Declaring the schema at the top of a metrics definitions file is required, as it is what indicates that the current file is a metrics definitions file.

`$tags`

You may optionally declare tags at the file level that apply to all metrics in that file.

Name

Metric names are the second-level keys on metrics definition files.

Names may contain alphanumeric lower case characters as well as the _ character. Metric name lengths may not exceed 70 characters.

"Capitalization" rules also apply to metric names on generated code.

Metric parameters

Specific metric types may have special required parameters in their definition, these parameters are documented in each "Metric Type" reference page.

Following are the parameters common to all metric types.

Required parameters

`type`

Specifies the type of a metric, like "counter" or "event". This defines which operations are valid for the metric, how it is stored and how data analysis tooling displays it.
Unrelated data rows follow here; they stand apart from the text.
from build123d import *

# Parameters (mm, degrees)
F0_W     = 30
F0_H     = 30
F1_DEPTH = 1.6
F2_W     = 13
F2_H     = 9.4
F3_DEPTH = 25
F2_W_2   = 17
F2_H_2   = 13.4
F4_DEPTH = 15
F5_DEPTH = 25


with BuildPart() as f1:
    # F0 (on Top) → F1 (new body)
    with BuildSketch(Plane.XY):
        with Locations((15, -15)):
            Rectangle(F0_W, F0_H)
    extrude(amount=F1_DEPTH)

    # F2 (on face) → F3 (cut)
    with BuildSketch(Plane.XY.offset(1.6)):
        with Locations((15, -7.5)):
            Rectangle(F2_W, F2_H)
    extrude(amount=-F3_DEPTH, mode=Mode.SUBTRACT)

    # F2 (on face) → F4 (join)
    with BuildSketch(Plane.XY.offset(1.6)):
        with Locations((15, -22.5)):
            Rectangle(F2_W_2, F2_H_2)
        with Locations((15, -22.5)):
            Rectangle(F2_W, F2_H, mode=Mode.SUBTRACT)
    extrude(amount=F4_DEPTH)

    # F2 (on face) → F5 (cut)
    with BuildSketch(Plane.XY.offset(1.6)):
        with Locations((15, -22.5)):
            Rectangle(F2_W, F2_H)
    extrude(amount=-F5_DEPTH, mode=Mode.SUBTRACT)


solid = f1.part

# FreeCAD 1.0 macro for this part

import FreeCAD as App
import Part
import Sketcher
Q = App.Units.Quantity

doc = App.newDocument("Part")
body = doc.addObject("PartDesign::Body", "Body")

# Sketch on XY plane
sketch1 = body.newObject("Sketcher::SketchObject", "Sketch")
sketch1.AttachmentSupport = (doc.getObject("XY_Plane"), [""])
sketch1.MapMode = "FlatFace"
sketch1.addGeometry([
    Part.LineSegment(App.Vector(0, 0, 0), App.Vector(0, -30, 0)),
    Part.LineSegment(App.Vector(0, -30, 0), App.Vector(30, -30, 0)),
    Part.LineSegment(App.Vector(30, -30, 0), App.Vector(30, 0, 0)),
    Part.LineSegment(App.Vector(30, 0, 0), App.Vector(0, 0, 0)),
], False)
sketch1.addConstraint([
    Sketcher.Constraint("Coincident", 0, 2, 1, 1),
    Sketcher.Constraint("Coincident", 1, 2, 2, 1),
    Sketcher.Constraint("Coincident", 2, 2, 3, 1),
    Sketcher.Constraint("Coincident", 3, 2, 0, 1),
    Sketcher.Constraint("Vertical", 0),
    Sketcher.Constraint("Horizontal", 1),
    Sketcher.Constraint("Vertical", 2),
    Sketcher.Constraint("Horizontal", 3),
    Sketcher.Constraint("Coincident", 3, 2, -1, 1),
    Sketcher.Constraint("Equal", 3, 0),
    Sketcher.Constraint("DistanceX", 1, 1, 1, 2, Q("30 mm")),
])
pad1 = body.newObject("PartDesign::Pad", "Pad")
pad1.Profile = sketch1
pad1.Length = 1.6

# Sketch on XY plane
sketch2 = body.newObject("Sketcher::SketchObject", "Sketch001")
sketch2.AttachmentSupport = (doc.getObject("XY_Plane"), [""])
sketch2.MapMode = "FlatFace"
sketch2.AttachmentOffset = App.Placement(App.Vector(0, 0, 1.6), App.Rotation())
sketch2.addGeometry([
    Part.LineSegment(App.Vector(8, -3, 0), App.Vector(8, -12, 0)),
    Part.LineSegment(App.Vector(8, -12, 0), App.Vector(22, -12, 0)),
    Part.LineSegment(App.Vector(22, -12, 0), App.Vector(22, -3, 0)),
    Part.LineSegment(App.Vector(22, -3, 0), App.Vector(8, -3, 0)),
], False)
sketch2.addConstraint([
    Sketcher.Constraint("Coincident", 0, 2, 1, 1),
    Sketcher.Constraint("Coincident", 1, 2, 2, 1),
    Sketcher.Constraint("Coincident", 2, 2, 3, 1),
    Sketcher.Constraint("Coincident", 3, 2, 0, 1),
    Sketcher.Constraint("Vertical", 0),
    Sketcher.Constraint("Horizontal", 1),
    Sketcher.Constraint("Vertical", 2),
    Sketcher.Constraint("Horizontal", 3),
    Sketcher.Constraint("DistanceX", 1, 1, 1, 2, Q("13 mm")),
    Sketcher.Constraint("DistanceY", 0, 2, 0, 1, Q("9.4 mm")),
    Sketcher.Constraint("DistanceX", -1, 1, 0, 2, Q("8.5 mm")),
    Sketcher.Constraint("DistanceY", 0, 2, -1, 1, Q("12.2 mm")),
])
pocket1 = body.newObject("PartDesign::Pocket", "Pocket")
pocket1.Profile = sketch2
pocket1.Length = 25

# Sketch on XY plane
sketch3 = body.newObject("Sketcher::SketchObject", "Sketch002")
sketch3.AttachmentSupport = (doc.getObject("XY_Plane"), [""])
sketch3.MapMode = "FlatFace"
sketch3.AttachmentOffset = App.Placement(App.Vector(0, 0, 1.6), App.Rotation())
sketch3.addGeometry([
    Part.LineSegment(App.Vector(6, -16, 0), App.Vector(6, -29, 0)),  # 0
    Part.LineSegment(App.Vector(6, -29, 0), App.Vector(24, -29, 0)),  # 1
    Part.LineSegment(App.Vector(24, -29, 0), App.Vector(24, -16, 0)),  # 2
    Part.LineSegment(App.Vector(24, -16, 0), App.Vector(6, -16, 0)),  # 3
    Part.LineSegment(App.Vector(22, -27, 0), App.Vector(8, -27, 0)),  # 4
    Part.LineSegment(App.Vector(8, -27, 0), App.Vector(8, -18, 0)),  # 5
    Part.LineSegment(App.Vector(8, -18, 0), App.Vector(22, -18, 0)),  # 6
    Part.LineSegment(App.Vector(22, -18, 0), App.Vector(22, -27, 0)),  # 7
], False)
sketch3.addConstraint([
    Sketcher.Constraint("Coincident", 0, 2, 1, 1),
    Sketcher.Constraint("Coincident", 1, 2, 2, 1),
    Sketcher.Constraint("Coincident", 2, 2, 3, 1),
    Sketcher.Constraint("Coincident", 3, 2, 0, 1),
    Sketcher.Constraint("Coincident", 4, 2, 5, 1),
    Sketcher.Constraint("Coincident", 5, 2, 6, 1),
    Sketcher.Constraint("Coincident", 6, 2, 7, 1),
    Sketcher.Constraint("Coincident", 7, 2, 4, 1),
    Sketcher.Constraint("Vertical", 0),
    Sketcher.Constraint("Horizontal", 1),
    Sketcher.Constraint("Vertical", 2),
    Sketcher.Constraint("Horizontal", 3),
    Sketcher.Constraint("Horizontal", 4),
    Sketcher.Constraint("Vertical", 5),
    Sketcher.Constraint("Horizontal", 6),
    Sketcher.Constraint("Vertical", 7),
    Sketcher.Constraint("DistanceX", 1, 1, 1, 2, Q("17 mm")),
    Sketcher.Constraint("DistanceX", 4, 2, 4, 1, Q("13 mm")),
    Sketcher.Constraint("DistanceY", 0, 2, 0, 1, Q("13.4 mm")),
    Sketcher.Constraint("DistanceY", 5, 1, 5, 2, Q("9.4 mm")),
    Sketcher.Constraint("DistanceX", 0, 2, 4, 2, Q("2 mm")),
    Sketcher.Constraint("DistanceY", 0, 2, 4, 2, Q("2 mm")),
    Sketcher.Constraint("DistanceX", -1, 1, 0, 2, Q("6.5 mm")),
    Sketcher.Constraint("DistanceY", 0, 2, -1, 1, Q("29.2 mm")),
])
pad2 = body.newObject("PartDesign::Pad", "Pad001")
pad2.Profile = sketch3
pad2.Length = 15

# Sketch on XY plane
sketch4 = body.newObject("Sketcher::SketchObject", "Sketch003")
sketch4.AttachmentSupport = (doc.getObject("XY_Plane"), [""])
sketch4.MapMode = "FlatFace"
sketch4.AttachmentOffset = App.Placement(App.Vector(0, 0, 1.6), App.Rotation())
sketch4.addGeometry([
    Part.LineSegment(App.Vector(8, -18, 0), App.Vector(8, -27, 0)),
    Part.LineSegment(App.Vector(8, -27, 0), App.Vector(22, -27, 0)),
    Part.LineSegment(App.Vector(22, -27, 0), App.Vector(22, -18, 0)),
    Part.LineSegment(App.Vector(22, -18, 0), App.Vector(8, -18, 0)),
], False)
sketch4.addConstraint([
    Sketcher.Constraint("Coincident", 0, 2, 1, 1),
    Sketcher.Constraint("Coincident", 1, 2, 2, 1),
    Sketcher.Constraint("Coincident", 2, 2, 3, 1),
    Sketcher.Constraint("Coincident", 3, 2, 0, 1),
    Sketcher.Constraint("Vertical", 0),
    Sketcher.Constraint("Horizontal", 1),
    Sketcher.Constraint("Vertical", 2),
    Sketcher.Constraint("Horizontal", 3),
    Sketcher.Constraint("DistanceX", 1, 1, 1, 2, Q("13 mm")),
    Sketcher.Constraint("DistanceY", 0, 2, 0, 1, Q("9.4 mm")),
    Sketcher.Constraint("DistanceX", -1, 1, 0, 2, Q("8.5 mm")),
    Sketcher.Constraint("DistanceY", 0, 2, -1, 1, Q("27.2 mm")),
])
pocket2 = body.newObject("PartDesign::Pocket", "Pocket001")
pocket2.Profile = sketch4
pocket2.Length = 25

doc.recompute()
See the list of supported metric types.

Types should not be changed after release

Once a metric is defined in a product, its type should only be changed in rare circumstances. It's better to rename the metric with the new type instead. The ingestion pipeline will create a new column for a metric with a changed type. Any new analysis will need to use the new column going forward. The old column will still be populated with data from old clients.

`description`

A textual description of the metric for humans. It should describe what the metric does, what it means for analysts, and its edge cases or any other helpful information.
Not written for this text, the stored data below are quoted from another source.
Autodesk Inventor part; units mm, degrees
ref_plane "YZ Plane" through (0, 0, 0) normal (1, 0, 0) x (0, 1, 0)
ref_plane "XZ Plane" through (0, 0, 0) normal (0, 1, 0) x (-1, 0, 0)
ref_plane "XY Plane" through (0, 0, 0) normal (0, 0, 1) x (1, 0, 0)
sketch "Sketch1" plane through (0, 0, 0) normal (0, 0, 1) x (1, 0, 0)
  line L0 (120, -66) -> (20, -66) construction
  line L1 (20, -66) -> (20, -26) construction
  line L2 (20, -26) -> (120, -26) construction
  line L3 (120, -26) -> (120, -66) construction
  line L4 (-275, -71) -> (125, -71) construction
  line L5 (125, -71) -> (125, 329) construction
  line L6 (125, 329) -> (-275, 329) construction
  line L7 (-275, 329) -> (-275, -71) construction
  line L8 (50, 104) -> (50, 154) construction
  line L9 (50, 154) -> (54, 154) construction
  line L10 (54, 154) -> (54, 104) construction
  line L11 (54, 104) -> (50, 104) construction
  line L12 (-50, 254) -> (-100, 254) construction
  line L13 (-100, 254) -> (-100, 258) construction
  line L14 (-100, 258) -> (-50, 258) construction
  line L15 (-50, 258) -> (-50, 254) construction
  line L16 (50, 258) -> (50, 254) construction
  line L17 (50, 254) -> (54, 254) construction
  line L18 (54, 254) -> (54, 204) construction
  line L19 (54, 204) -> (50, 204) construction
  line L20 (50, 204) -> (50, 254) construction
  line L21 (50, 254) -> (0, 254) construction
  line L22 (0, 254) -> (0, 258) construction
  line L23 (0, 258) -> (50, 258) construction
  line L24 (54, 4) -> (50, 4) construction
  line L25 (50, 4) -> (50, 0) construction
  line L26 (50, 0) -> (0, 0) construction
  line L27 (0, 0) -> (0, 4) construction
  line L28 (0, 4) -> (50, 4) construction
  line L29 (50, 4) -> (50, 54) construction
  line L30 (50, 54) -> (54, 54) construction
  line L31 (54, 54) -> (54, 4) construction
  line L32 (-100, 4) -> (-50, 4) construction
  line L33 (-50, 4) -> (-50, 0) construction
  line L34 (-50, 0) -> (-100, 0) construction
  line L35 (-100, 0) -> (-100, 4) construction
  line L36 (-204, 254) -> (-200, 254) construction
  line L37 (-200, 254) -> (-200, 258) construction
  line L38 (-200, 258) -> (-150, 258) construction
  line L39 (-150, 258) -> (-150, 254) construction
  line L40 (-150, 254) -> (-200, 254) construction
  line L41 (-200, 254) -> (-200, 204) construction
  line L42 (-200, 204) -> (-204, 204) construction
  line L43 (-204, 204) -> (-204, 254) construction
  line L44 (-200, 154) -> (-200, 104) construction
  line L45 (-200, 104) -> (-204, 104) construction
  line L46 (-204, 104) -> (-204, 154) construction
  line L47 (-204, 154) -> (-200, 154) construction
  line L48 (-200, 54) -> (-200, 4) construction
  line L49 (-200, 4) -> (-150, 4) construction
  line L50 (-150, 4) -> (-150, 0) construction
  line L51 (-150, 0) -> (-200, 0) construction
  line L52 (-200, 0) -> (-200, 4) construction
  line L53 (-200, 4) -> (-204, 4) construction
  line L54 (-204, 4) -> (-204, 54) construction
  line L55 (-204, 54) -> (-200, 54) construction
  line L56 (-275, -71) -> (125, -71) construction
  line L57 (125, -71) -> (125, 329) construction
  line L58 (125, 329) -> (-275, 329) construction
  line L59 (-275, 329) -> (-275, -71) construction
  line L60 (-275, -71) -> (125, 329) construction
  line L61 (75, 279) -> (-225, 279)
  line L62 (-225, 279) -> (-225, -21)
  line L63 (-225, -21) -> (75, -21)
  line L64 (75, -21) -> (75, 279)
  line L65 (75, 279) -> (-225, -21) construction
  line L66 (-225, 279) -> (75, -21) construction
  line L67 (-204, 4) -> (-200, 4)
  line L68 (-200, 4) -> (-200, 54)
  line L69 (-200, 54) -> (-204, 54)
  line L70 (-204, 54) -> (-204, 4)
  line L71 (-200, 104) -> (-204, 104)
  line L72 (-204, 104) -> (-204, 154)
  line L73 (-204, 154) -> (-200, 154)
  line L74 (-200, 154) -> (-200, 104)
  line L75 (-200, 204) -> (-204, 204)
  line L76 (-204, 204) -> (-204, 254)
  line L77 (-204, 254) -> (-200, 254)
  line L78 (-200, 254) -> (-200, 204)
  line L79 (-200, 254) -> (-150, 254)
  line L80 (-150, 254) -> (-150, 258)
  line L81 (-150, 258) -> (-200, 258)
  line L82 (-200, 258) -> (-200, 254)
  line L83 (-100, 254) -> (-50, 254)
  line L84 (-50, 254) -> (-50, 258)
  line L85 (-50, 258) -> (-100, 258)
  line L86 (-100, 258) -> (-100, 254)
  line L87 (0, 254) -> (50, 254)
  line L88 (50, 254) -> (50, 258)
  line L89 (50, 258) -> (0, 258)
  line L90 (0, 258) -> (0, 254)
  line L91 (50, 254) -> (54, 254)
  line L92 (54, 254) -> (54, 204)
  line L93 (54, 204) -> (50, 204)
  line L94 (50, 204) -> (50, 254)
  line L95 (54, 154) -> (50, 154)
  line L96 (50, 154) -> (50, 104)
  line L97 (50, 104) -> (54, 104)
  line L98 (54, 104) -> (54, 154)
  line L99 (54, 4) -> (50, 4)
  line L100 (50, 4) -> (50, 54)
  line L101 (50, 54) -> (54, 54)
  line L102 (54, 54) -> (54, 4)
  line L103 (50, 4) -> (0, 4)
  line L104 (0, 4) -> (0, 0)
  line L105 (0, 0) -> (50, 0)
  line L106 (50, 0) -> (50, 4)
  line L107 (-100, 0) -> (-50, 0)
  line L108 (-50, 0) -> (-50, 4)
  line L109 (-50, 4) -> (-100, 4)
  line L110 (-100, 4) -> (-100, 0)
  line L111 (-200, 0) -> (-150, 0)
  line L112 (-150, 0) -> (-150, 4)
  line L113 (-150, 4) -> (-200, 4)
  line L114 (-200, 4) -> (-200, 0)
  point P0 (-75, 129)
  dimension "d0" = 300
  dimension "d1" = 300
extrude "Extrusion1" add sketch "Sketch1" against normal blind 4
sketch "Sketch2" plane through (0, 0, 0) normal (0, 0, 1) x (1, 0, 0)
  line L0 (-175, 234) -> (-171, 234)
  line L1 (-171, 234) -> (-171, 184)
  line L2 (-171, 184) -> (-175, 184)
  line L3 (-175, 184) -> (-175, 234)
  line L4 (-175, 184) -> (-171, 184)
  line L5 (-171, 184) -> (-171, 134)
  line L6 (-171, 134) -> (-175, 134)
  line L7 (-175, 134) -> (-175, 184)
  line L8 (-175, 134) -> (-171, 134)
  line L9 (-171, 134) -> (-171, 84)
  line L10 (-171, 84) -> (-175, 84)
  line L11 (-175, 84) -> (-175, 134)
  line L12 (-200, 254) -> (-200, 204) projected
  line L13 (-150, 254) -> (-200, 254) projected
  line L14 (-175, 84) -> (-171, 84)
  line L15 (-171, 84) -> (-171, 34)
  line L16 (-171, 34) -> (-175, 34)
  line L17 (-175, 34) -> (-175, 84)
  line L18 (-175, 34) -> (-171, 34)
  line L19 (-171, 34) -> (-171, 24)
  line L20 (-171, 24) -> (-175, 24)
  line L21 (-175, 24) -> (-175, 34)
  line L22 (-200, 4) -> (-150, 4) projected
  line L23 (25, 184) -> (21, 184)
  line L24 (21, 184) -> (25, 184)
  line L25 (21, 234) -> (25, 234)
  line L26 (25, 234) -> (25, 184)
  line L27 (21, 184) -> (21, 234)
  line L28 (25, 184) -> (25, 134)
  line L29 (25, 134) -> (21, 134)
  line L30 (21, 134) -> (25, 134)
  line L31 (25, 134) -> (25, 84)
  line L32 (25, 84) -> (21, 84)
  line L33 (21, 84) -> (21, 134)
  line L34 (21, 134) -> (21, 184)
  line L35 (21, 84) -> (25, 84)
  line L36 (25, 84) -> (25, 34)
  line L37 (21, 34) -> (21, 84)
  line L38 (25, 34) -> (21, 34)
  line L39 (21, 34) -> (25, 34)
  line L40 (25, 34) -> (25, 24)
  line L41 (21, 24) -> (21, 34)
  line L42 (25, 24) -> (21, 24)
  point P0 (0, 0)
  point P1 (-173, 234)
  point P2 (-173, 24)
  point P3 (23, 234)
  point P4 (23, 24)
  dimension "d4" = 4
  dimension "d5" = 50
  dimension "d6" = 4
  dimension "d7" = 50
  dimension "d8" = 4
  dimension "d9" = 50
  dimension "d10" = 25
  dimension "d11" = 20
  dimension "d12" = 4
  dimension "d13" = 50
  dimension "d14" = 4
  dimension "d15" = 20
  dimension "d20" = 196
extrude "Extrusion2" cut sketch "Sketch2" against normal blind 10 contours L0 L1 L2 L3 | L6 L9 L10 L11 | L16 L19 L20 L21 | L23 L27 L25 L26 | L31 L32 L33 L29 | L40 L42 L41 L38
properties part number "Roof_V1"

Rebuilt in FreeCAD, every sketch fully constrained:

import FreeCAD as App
import Part
import Sketcher

V = App.Vector


def add_polygon(sketch, points):
    """Adds a closed chain of lines whose ends are joined by coincident constraints."""
    first, n = sketch.GeometryCount, len(points)
    for a, b in zip(points, points[1:] + points[:1]):
        sketch.addGeometry(Part.LineSegment(App.Vector(*a, 0), App.Vector(*b, 0)), False)
    for i in range(n):
        sketch.addConstraint(Sketcher.Constraint("Coincident", first + i, 2, first + (i + 1) % n, 1))

doc = App.newDocument("Part")
body = doc.addObject("PartDesign::Body", "Body")

# Sketch on XY plane
sketch1 = body.newObject("Sketcher::SketchObject", "Sketch")
sketch1.AttachmentSupport = (doc.getObject("XY_Plane"), [""])
sketch1.MapMode = "FlatFace"
add_polygon(sketch1, [(75, -21), (75, 279), (-225, 279), (-225, -21)])  # lines 0-3
add_polygon(sketch1, [(-200, 0), (-200, 4), (-150, 4), (-150, 0)])  # lines 4-7
add_polygon(sketch1, [(-200, 4), (-204, 4), (-204, 54), (-200, 54)])  # lines 8-11
add_polygon(sketch1, [(-50, 0), (-100, 0), (-100, 4), (-50, 4)])  # lines 12-15
add_polygon(sketch1, [(0, 4), (50, 4), (50, 0), (0, 0)])  # lines 16-19
add_polygon(sketch1, [(54, 54), (54, 4), (50, 4), (50, 54)])  # lines 20-23
add_polygon(sketch1, [(-200, 154), (-200, 104), (-204, 104), (-204, 154)])  # lines 24-27
add_polygon(sketch1, [(-200, 254), (-200, 204), (-204, 204), (-204, 254)])  # lines 28-31
add_polygon(sketch1, [(-150, 254), (-200, 254), (-200, 258), (-150, 258)])  # lines 32-35
add_polygon(sketch1, [(50, 154), (54, 154), (54, 104), (50, 104)])  # lines 36-39
add_polygon(sketch1, [(-50, 254), (-100, 254), (-100, 258), (-50, 258)])  # lines 40-43
add_polygon(sketch1, [(50, 204), (50, 254), (54, 254), (54, 204)])  # lines 44-47
add_polygon(sketch1, [(50, 254), (0, 254), (0, 258), (50, 258)])  # lines 48-51
sketch1.addConstraint([
    Sketcher.Constraint("Vertical", 0),
    Sketcher.Constraint("Horizontal", 1),
    Sketcher.Constraint("Vertical", 2),
    Sketcher.Constraint("Horizontal", 3),
    Sketcher.Constraint("Vertical", 4),
    Sketcher.Constraint("Horizontal", 5),
    Sketcher.Constraint("Vertical", 6),
    Sketcher.Constraint("Horizontal", 7),
    Sketcher.Constraint("Horizontal", 8),
    Sketcher.Constraint("Vertical", 9),
    Sketcher.Constraint("Horizontal", 10),
    Sketcher.Constraint("Vertical", 11),
    Sketcher.Constraint("Horizontal", 12),
    Sketcher.Constraint("Vertical", 13),
    Sketcher.Constraint("Horizontal", 14),
    Sketcher.Constraint("Vertical", 15),
    Sketcher.Constraint("Horizontal", 16),
    Sketcher.Constraint("Vertical", 17),
    Sketcher.Constraint("Horizontal", 18),
    Sketcher.Constraint("Vertical", 19),
    Sketcher.Constraint("Vertical", 20),
    Sketcher.Constraint("Horizontal", 21),
    Sketcher.Constraint("Vertical", 22),
    Sketcher.Constraint("Horizontal", 23),
    Sketcher.Constraint("Vertical", 24),
    Sketcher.Constraint("Horizontal", 25),
    Sketcher.Constraint("Vertical", 26),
The description field may contain markdown syntax.

Imposed limits on line length

The Glean linter uses a line length limit of 80 characters. If your description is longer, e.g. because it includes longer links, you can disable yamllint using the following annotations (and make sure to enable yamllint again as well):
# yamllint disable
description: |
  Your extra long description, that's longer than 80 characters by far.
# yamllint enable

`notification_emails`

A list of email addresses to notify for important events with the metric or when people with context or ownership for the metric need to be contacted.

For example when a metric's expiration is within in 14 days, emails will be sent from telemetry-alerts@mozilla.com to the notification_emails addresses associated with the metric.

Consider adding both a group email address and an individual who is responsible for this metric.

`bugs`

A list of bugs (e.g. Bugzilla or GitHub) that are relevant to this metric. For example, bugs that track its original implementation or later changes to it.

Each entry should be the full URL to the bug in an issue tracker. The use of numbers alone is deprecated and will be an error in the future.

`data_reviews`

A list of URIs to any data collection review responses relevant to the metric.

`expires`

When the metric is set to expire.

After a metric expires, an application will no longer collect or send data related to it. May be one of the following values:

<build date>: An ISO date yyyy-mm-dd in UTC on which the metric expires. For example, 2019-03-13. This date is checked at build time. Except in special cases, this form should be used so that the metric automatically "sunsets" after a period of time. Emails will be sent to the notification_emails addresses when the metric is about to expire. Generally, when a metric is no longer needed, it should simply be removed. This does not affect the availability of data already collected by the pipeline.
<major version>: An integer greater than 0 representing the major version the metric expires in, For example, 11. The version is checked at build time against the major provided to the glean_parser (see e.g. Build configuration for Android, Build configuration for iOS) and is only valid if a major version is provided at built time. If no major version is provided at build time and expiration by major version is used for a metric, an error is raised. Note that mixing expiration by date and version is not allowed within a product.
never: This metric never expires.
expired: This metric is manually expired.

Optional parameters

`tags`

default: []

A list of tag names associated with this metric. Must correspond to an entry specified in a tags file.

`lifetime`

default: ping

Defines the lifetime of the metric. Different lifetimes affect when the metrics value is reset.

`ping` (default)

The metric is cleared each time it is submitted in the ping. This is the most common case, and should be used for metrics that are highly dynamic, such as things computed in response to the user's interaction with the application.

`application`

The metric is related to an application run, and is cleared after the application restarts and any Glean-owned ping, due at startup, is submitted. This should be used for things that are constant during the run of an application, such as the operating system version. In practice, these metrics are generally set during application startup. A common mistake--- using the ping lifetime for these type of metrics---means that they will only be included in the first ping sent during a particular run of the application.

`user`

NOTE: Reach out to the Glean team before using this.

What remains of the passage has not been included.